On Sat, Jan 25, 2014 at 10:28 PM, T. Florian Jaeger <ti...@csli.stanford.edu
> wrote:

> Hi Meredith,
>
> ha, i love that question (yours). I recall that in the preparation of
> Jaeger & Snider 2013-Cognition, we looked into whether we could answer that
> question in the Switchboard, but there were too few speakers with
> sufficiently many sentences. probably something like Buckeye would be the
> corpus to use. And using -ing as you suggest probably gives you much more
> data than the ditransitives we had. There's some preliminary evidence in
> favor of a positive answer to your question. In Jaeger 2010 -CogPsych, I
> discuss evidence from complement clause priming. I point to the finding
> that complementizer presence primes more strongly in conversational speech
> data (where it's rare) but less strongly in sentence production studies
> (where it's the majority choice). If you search that paper for "syntactic
> priming", you'll find this in the middle of my other ramblings.
>
> Ok, but back to your question.What type of data do you have? If you can
> solidly estimate the production bias of a speaker (ideally for a variety of
> a verbs), e.g., when not talking to anyone or when talking to interlocutor
> A, you should be able to use that to predict how surprising primes during
> *comprehension* are when the same speaker listens to interlocutor B. By
> checking how much the speaker then deviates from her own baseline after a
> comprehension prime, you should be able to tease things apart, no (i.e., in
> this case, you'd be looking at comprehension-to-production priming)?
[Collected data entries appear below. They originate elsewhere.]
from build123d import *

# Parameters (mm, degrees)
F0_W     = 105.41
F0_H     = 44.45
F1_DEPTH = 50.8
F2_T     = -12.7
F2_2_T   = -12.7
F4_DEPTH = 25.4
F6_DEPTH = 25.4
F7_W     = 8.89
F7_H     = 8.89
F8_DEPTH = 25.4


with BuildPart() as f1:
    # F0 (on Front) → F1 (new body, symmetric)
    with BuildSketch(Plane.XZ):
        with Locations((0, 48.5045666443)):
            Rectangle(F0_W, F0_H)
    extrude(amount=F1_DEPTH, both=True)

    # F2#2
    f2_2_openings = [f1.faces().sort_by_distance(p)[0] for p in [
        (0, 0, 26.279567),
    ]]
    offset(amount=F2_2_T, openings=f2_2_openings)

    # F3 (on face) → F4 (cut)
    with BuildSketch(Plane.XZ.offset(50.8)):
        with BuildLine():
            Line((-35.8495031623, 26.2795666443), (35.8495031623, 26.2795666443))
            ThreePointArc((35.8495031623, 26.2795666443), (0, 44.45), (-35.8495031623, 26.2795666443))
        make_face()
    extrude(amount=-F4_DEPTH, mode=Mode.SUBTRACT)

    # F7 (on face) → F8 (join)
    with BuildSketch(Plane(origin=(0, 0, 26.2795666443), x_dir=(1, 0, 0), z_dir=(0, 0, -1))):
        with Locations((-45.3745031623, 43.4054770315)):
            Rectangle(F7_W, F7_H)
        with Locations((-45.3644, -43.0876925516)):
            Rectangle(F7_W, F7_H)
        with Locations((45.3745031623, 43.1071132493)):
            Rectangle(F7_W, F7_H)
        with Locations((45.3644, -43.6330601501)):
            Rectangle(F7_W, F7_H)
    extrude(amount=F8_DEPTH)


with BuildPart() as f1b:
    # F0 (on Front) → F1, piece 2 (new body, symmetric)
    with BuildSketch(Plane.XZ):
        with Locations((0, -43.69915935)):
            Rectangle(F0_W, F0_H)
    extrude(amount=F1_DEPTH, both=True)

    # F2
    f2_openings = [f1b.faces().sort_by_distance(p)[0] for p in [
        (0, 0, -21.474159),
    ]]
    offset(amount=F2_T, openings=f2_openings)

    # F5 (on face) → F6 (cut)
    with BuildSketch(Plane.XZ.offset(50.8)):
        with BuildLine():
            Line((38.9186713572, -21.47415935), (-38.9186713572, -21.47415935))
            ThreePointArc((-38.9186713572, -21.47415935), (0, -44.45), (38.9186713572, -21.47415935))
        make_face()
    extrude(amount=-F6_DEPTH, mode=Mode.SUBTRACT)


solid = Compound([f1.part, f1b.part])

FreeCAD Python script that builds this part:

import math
import FreeCAD as App
import Part
import Sketcher

V = App.Vector
Q = App.Units.Quantity


def faces_at(feature, points):
    """Names of the faces that lie closest to the given points."""
    faces = feature.Shape.Faces
    near = lambda p: min(range(len(faces)), key=lambda i: faces[i].distToShape(Part.Vertex(*p))[0])
    return sorted({f"Face{near(p) + 1}" for p in points})


def add_polygon(sketch, points):
    """Adds a closed chain of lines whose ends are joined by coincident constraints."""
    first, n = sketch.GeometryCount, len(points)
    for a, b in zip(points, points[1:] + points[:1]):
        sketch.addGeometry(Part.LineSegment(App.Vector(*a, 0), App.Vector(*b, 0)), False)
    for i in range(n):
        sketch.addConstraint(Sketcher.Constraint("Coincident", first + i, 2, first + (i + 1) % n, 1))

doc = App.newDocument("Part")
body = doc.addObject("PartDesign::Body", "Body")

sketch1 = body.newObject("Sketcher::SketchObject", "Sketch")
sketch1.AttachmentSupport = (doc.getObject("XZ_Plane"), [""])
sketch1.MapMode = "FlatFace"
add_polygon(sketch1, [(-53, 71), (-53, 26), (53, 26), (53, 71)])
sketch1.addConstraint(Sketcher.Constraint("Vertical", 0))
sketch1.addConstraint(Sketcher.Constraint("Horizontal", 1))
sketch1.addConstraint(Sketcher.Constraint("Vertical", 2))
sketch1.addConstraint(Sketcher.Constraint("Horizontal", 3))
sketch1.addConstraint(Sketcher.Constraint("DistanceX", 1, 1, 1, 2, Q("4.15 in")))
sketch1.addConstraint(Sketcher.Constraint("DistanceY", 0, 2, 0, 1, Q("1.75 in")))
sketch1.addConstraint(Sketcher.Constraint("DistanceX", 0, 2, -1, 1, Q("2.075 in")))
sketch1.addConstraint(Sketcher.Constraint("DistanceY", -1, 1, 0, 2, 26.279567))
pad1 = body.newObject("PartDesign::Pad", "Pad")
pad1.Profile = sketch1
pad1.Length = Q("4 in")
pad1.Midplane = True
doc.recompute()

thickness = body.newObject("PartDesign::Thickness", "Thickness")
thickness.Base = (pad1, faces_at(pad1, [(0, 0, 26.28)]))
thickness.Value = Q("0.5 in")
thickness.Reversed = True
thickness.Join = "Arc"

sketch2 = body.newObject("Sketcher::SketchObject", "Sketch001")
sketch2.AttachmentSupport = (doc.getObject("XZ_Plane"), [""])
sketch2.MapMode = "FlatFace"
sketch2.AttachmentOffset = App.Placement(V(0, 0, 2 * 25.4), App.Rotation())
sketch2.addGeometry(Part.LineSegment(V(-36, 26, 0), V(36, 26, 0)), False)
sketch2.addGeometry(Part.ArcOfCircle(Part.Circle(V(0, 0, 0), V(0, 0, 1), 44), math.radians(36), math.radians(144)), False)
sketch2.addConstraint(Sketcher.Constraint("Coincident", 0, 1, 1, 2))
sketch2.addConstraint(Sketcher.Constraint("Coincident", 1, 1, 0, 2))
sketch2.addConstraint(Sketcher.Constraint("Horizontal", 0))
sketch2.addConstraint(Sketcher.Constraint("Coincident", 1, 3, -1, 1))
sketch2.addConstraint(Sketcher.Constraint("Radius", 1, Q("1.75 in")))
sketch2.addConstraint(Sketcher.Constraint("DistanceX", 0, 1, 0, 2, 71.699006))
pocket1 = body.newObject("PartDesign::Pocket", "Pocket")
pocket1.Profile = sketch2
pocket1.Length = Q("1 in")

sketch3 = body.newObject("Sketcher::SketchObject", "Sketch002")
sketch3.AttachmentSupport = (doc.getObject("XY_Plane"), [""])
sketch3.MapMode = "FlatFace"
sketch3.AttachmentOffset = App.Placement(V(0, 0, 26.279567), App.Rotation())
add_polygon(sketch3, [(-50, -48), (-50, -39), (-41, -39), (-41, -48)])
add_polygon(sketch3, [(-50, 39), (-50, 48), (-41, 48), (-41, 39)])
add_polygon(sketch3, [(41, -48), (41, -39), (50, -39), (50, -48)])
add_polygon(sketch3, [(41, 39), (41, 48), (50, 48), (50, 39)])
sketch3.addConstraint(Sketcher.Constraint("Vertical", 0))
sketch3.addConstraint(Sketcher.Constraint("Horizontal", 1))
sketch3.addConstraint(Sketcher.Constraint("Vertical", 2))
sketch3.addConstraint(Sketcher.Constraint("Horizontal", 3))
sketch3.addConstraint(Sketcher.Constraint("Vertical", 4))
sketch3.addConstraint(Sketcher.Constraint("Horizontal", 5))
sketch3.addConstraint(Sketcher.Constraint("Vertical", 6))
sketch3.addConstraint(Sketcher.Constraint("Horizontal", 7))
sketch3.addConstraint(Sketcher.Constraint("Vertical", 8))
sketch3.addConstraint(Sketcher.Constraint("Horizontal", 9))
sketch3.addConstraint(Sketcher.Constraint("Vertical", 10))
sketch3.addConstraint(Sketcher.Constraint("Horizontal", 11))
sketch3.addConstraint(Sketcher.Constraint("Vertical", 12))
sketch3.addConstraint(Sketcher.Constraint("Horizontal", 13))
sketch3.addConstraint(Sketcher.Constraint("Vertical", 14))
sketch3.addConstraint(Sketcher.Constraint("Horizontal", 15))
sketch3.addConstraint(Sketcher.Constraint("Equal", 3, 5))
sketch3.addConstraint(Sketcher.Constraint("Equal", 7, 9))
sketch3.addConstraint(Sketcher.Constraint("Equal", 11, 13))
sketch3.addConstraint(Sketcher.Constraint("Equal", 15, 0))
sketch3.addConstraint(Sketcher.Constraint("Equal", 2, 4))
sketch3.addConstraint(Sketcher.Constraint("Equal", 6, 8))
sketch3.addConstraint(Sketcher.Constraint("Equal", 10, 12))
sketch3.addConstraint(Sketcher.Constraint("DistanceX", 1, 1, 1, 2, Q("0.35 in")))
sketch3.addConstraint(Sketcher.Constraint("DistanceX", 4, 2, -1, 1, Q("1.961 in")))
sketch3.addConstraint(Sketcher.Constraint("DistanceX", -1, 1, 12, 2, Q("1.611 in")))
sketch3.addConstraint(Sketcher.Constraint("DistanceY", -1, 1, 12, 2, 48.07806))
sketch3.addConstraint(Sketcher.Constraint("DistanceY", 0, 2, 4, 2, 86.49317))
sketch3.addConstraint(Sketcher.Constraint("DistanceX", 0, 2, -1, 1, 49.819503))
sketch3.addConstraint(Sketcher.Constraint("DistanceY", 0, 2, -1, 1, 38.960477))
sketch3.addConstraint(Sketcher.Constraint("DistanceX", -1, 1, 8, 2, 40.929503))
sketch3.addConstraint(Sketcher.Constraint("DistanceY", 8, 2, -1, 1, 38.662113))
pad2 = body.newObject("PartDesign::Pad", "Pad001")
pad2.Profile = sketch3
pad2.Length = Q("1 in")
pad2.Reversed = True
body2 = doc.addObject("PartDesign::Body", "Body001")

sketch4 = body2.newObject("Sketcher::SketchObject", "Sketch003")
sketch4.AttachmentSupport = (doc.getObject("XZ_Plane001"), [""])
sketch4.MapMode = "FlatFace"
add_polygon(sketch4, [(-53, -21), (-53, -66), (53, -66), (53, -21)])
sketch4.addConstraint(Sketcher.Constraint("Vertical", 0))
sketch4.addConstraint(Sketcher.Constraint("Horizontal", 1))
sketch4.addConstraint(Sketcher.Constraint("Vertical", 2))
sketch4.addConstraint(Sketcher.Constraint("Horizontal", 3))
sketch4.addConstraint(Sketcher.Constraint("DistanceX", 1, 1, 1, 2, Q("4.15 in")))
sketch4.addConstraint(Sketcher.Constraint("DistanceY", 0, 2, 0, 1, Q("1.75 in")))
sketch4.addConstraint(Sketcher.Constraint("DistanceX", 0, 2, -1, 1, Q("2.075 in")))
sketch4.addConstraint(Sketcher.Constraint("DistanceY", 0, 2, -1, 1, 65.924159))
pad3 = body2.newObject("PartDesign::Pad", "Pad002")
pad3.Profile = sketch4
pad3.Length = Q("4 in")
pad3.Midplane = True
doc.recompute()

thickness2 = body2.newObject("PartDesign::Thickness", "Thickness001")
thickness2.Base = (pad3, faces_at(pad3, [(0, 0, -21.474)]))
thickness2.Value = Q("0.5 in")
thickness2.Reversed = True
thickness2.Join = "Arc"

sketch5 = body2.newObject("Sketcher::SketchObject", "Sketch004")
sketch5.AttachmentSupport = (doc.getObject("XZ_Plane001"), [""])
sketch5.MapMode = "FlatFace"
sketch5.AttachmentOffset = App.Placement(V(0, 0, 2 * 25.4), App.Rotation())
sketch5.addGeometry(Part.LineSegment(V(39, -21, 0), V(-39, -21, 0)), False)
sketch5.addGeometry(Part.ArcOfCircle(Part.Circle(V(0, 0, 0), V(0, 0, 1), 44), math.radians(-151), math.radians(-29)), False)
sketch5.addConstraint(Sketcher.Constraint("Coincident", 0, 1, 1, 2))
sketch5.addConstraint(Sketcher.Constraint("Coincident", 1, 1, 0, 2))
sketch5.addConstraint(Sketcher.Constraint("Horizontal", 0))
sketch5.addConstraint(Sketcher.Constraint("Coincident", 1, 3, -1, 1))
sketch5.addConstraint(Sketcher.Constraint("Radius", 1, Q("1.75 in")))
sketch5.addConstraint(Sketcher.Constraint("DistanceX", 0, 2, 0, 1, 77.837343))
pocket2 = body2.newObject("PartDesign::Pocket", "Pocket001")
pocket2.Profile = sketch5
pocket2.Length = Q("1 in")

doc.recompute()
This
> might make sense anyway -- in Jaeger & Snider 13 it seemed like the
> surprisal effects might originate in comprehension, though we discuss
> alternative interpretations, too (see Section 5.4). Are you wondering
> exclusively about production-to-production priming?
>
> Florian
>
>
> On Fri, Jan 24, 2014 at 9:57 AM, Meredith Tamminga <
> tammi...@babel.ling.upenn.edu> wrote:
>
>> Hi Florian,
>>
>> Thanks for the response. I'm reassured that you think a random by-speaker
>> intercept will filter out the speaker baseline usage effect, since I've
>> been using that approach in other portions of this project. I've done a bit
>> of simulation testing this out and it does seem to be fine, at least for
>> the distributions of between-speaker differences I'm working with.
>>
>> But, I'm still not sure how to then separate out and identify any 
>> *true*effect of the speaker baseline rate on persistence. In Jaeger & Snider 
>> 2007
>> you ask the very interesting question "probable given what?" about how
>> surprisal affects the strength of the persistence effect. What I really
>> want to ask here is whether there is an effect of an individual speaker's
>> habitual usage in terms of whether /in/ or /ing/ seems more surprising, or
>> whether the speakers generally share an evaluation where, say, /in/
>> provokes a larger persistence effect because it is nonstandard. In other
>> words, could one aspect of the surprisal effect on persistence be "probable
>> given the speaker's own preferences"? The problem, then, is to disentangle
>> the uninteresting effect (that speakers with more extreme baselines have
>> more apparent clustering as a matter of course) from the potential effect
>> of interest (an effect where different speaker baselines produce greater or
>> lesser degrees of persistence *beyond* the amount expected if there were
>> no priming at work).
>>
>> I'm not aware of any other work in this area that has really grappled
>> with this issue yet -- since it's a question that I don't believe has been
>> asked. Your work on the preference of individual verbs for certain
>> constructions doesn't face this problem, I don't think, because the prime
>> and target aren't constrained to be drawn from the same distribution.
>>
>> One possibility I've been considering is some sort of transformation of
>> the speaker baseline, so that in simulated data generated through a set of
>> binomial trials with the weights of the empirical speaker baselines there
>> would be no apparent relationship between baseline and amount of
>> clustering. I haven't worked out quite what transformation that should be,
>> and I'm not entirely convinced it's a good approach.
>>
>> Any further thoughts are much appreciated!
>>
>> Meredith
>>
>>
>>
>>
>> On Wed, Jan 22, 2014 at 11:53 PM, T. Florian Jaeger <
>> ti...@csli.stanford.edu> wrote:
>>
>>> Hi Meredith,
>>>
>>> I think that a mixed model with a random by-speaker intercept should
>>> successfully filter out the speaker baseline usage effect (though I haven't
>>> simulated how well this works, depending on the distribution of
>>> between-speaker differences). This approach is used in e.g., Jaeger (2006,
>>> 2010) and Jaeger & Snider (2013, Study 1). A slightly different approach is
>>> presented by Reitter (2006 and follow up) who focuses on the idea of
>>> distance-based decay of priming (rather than a priming main effect). There
>>> are variety of alternative approaches discussed in the literature. For
>>> example, researchers from Frank Keller's lab have used a first half vs.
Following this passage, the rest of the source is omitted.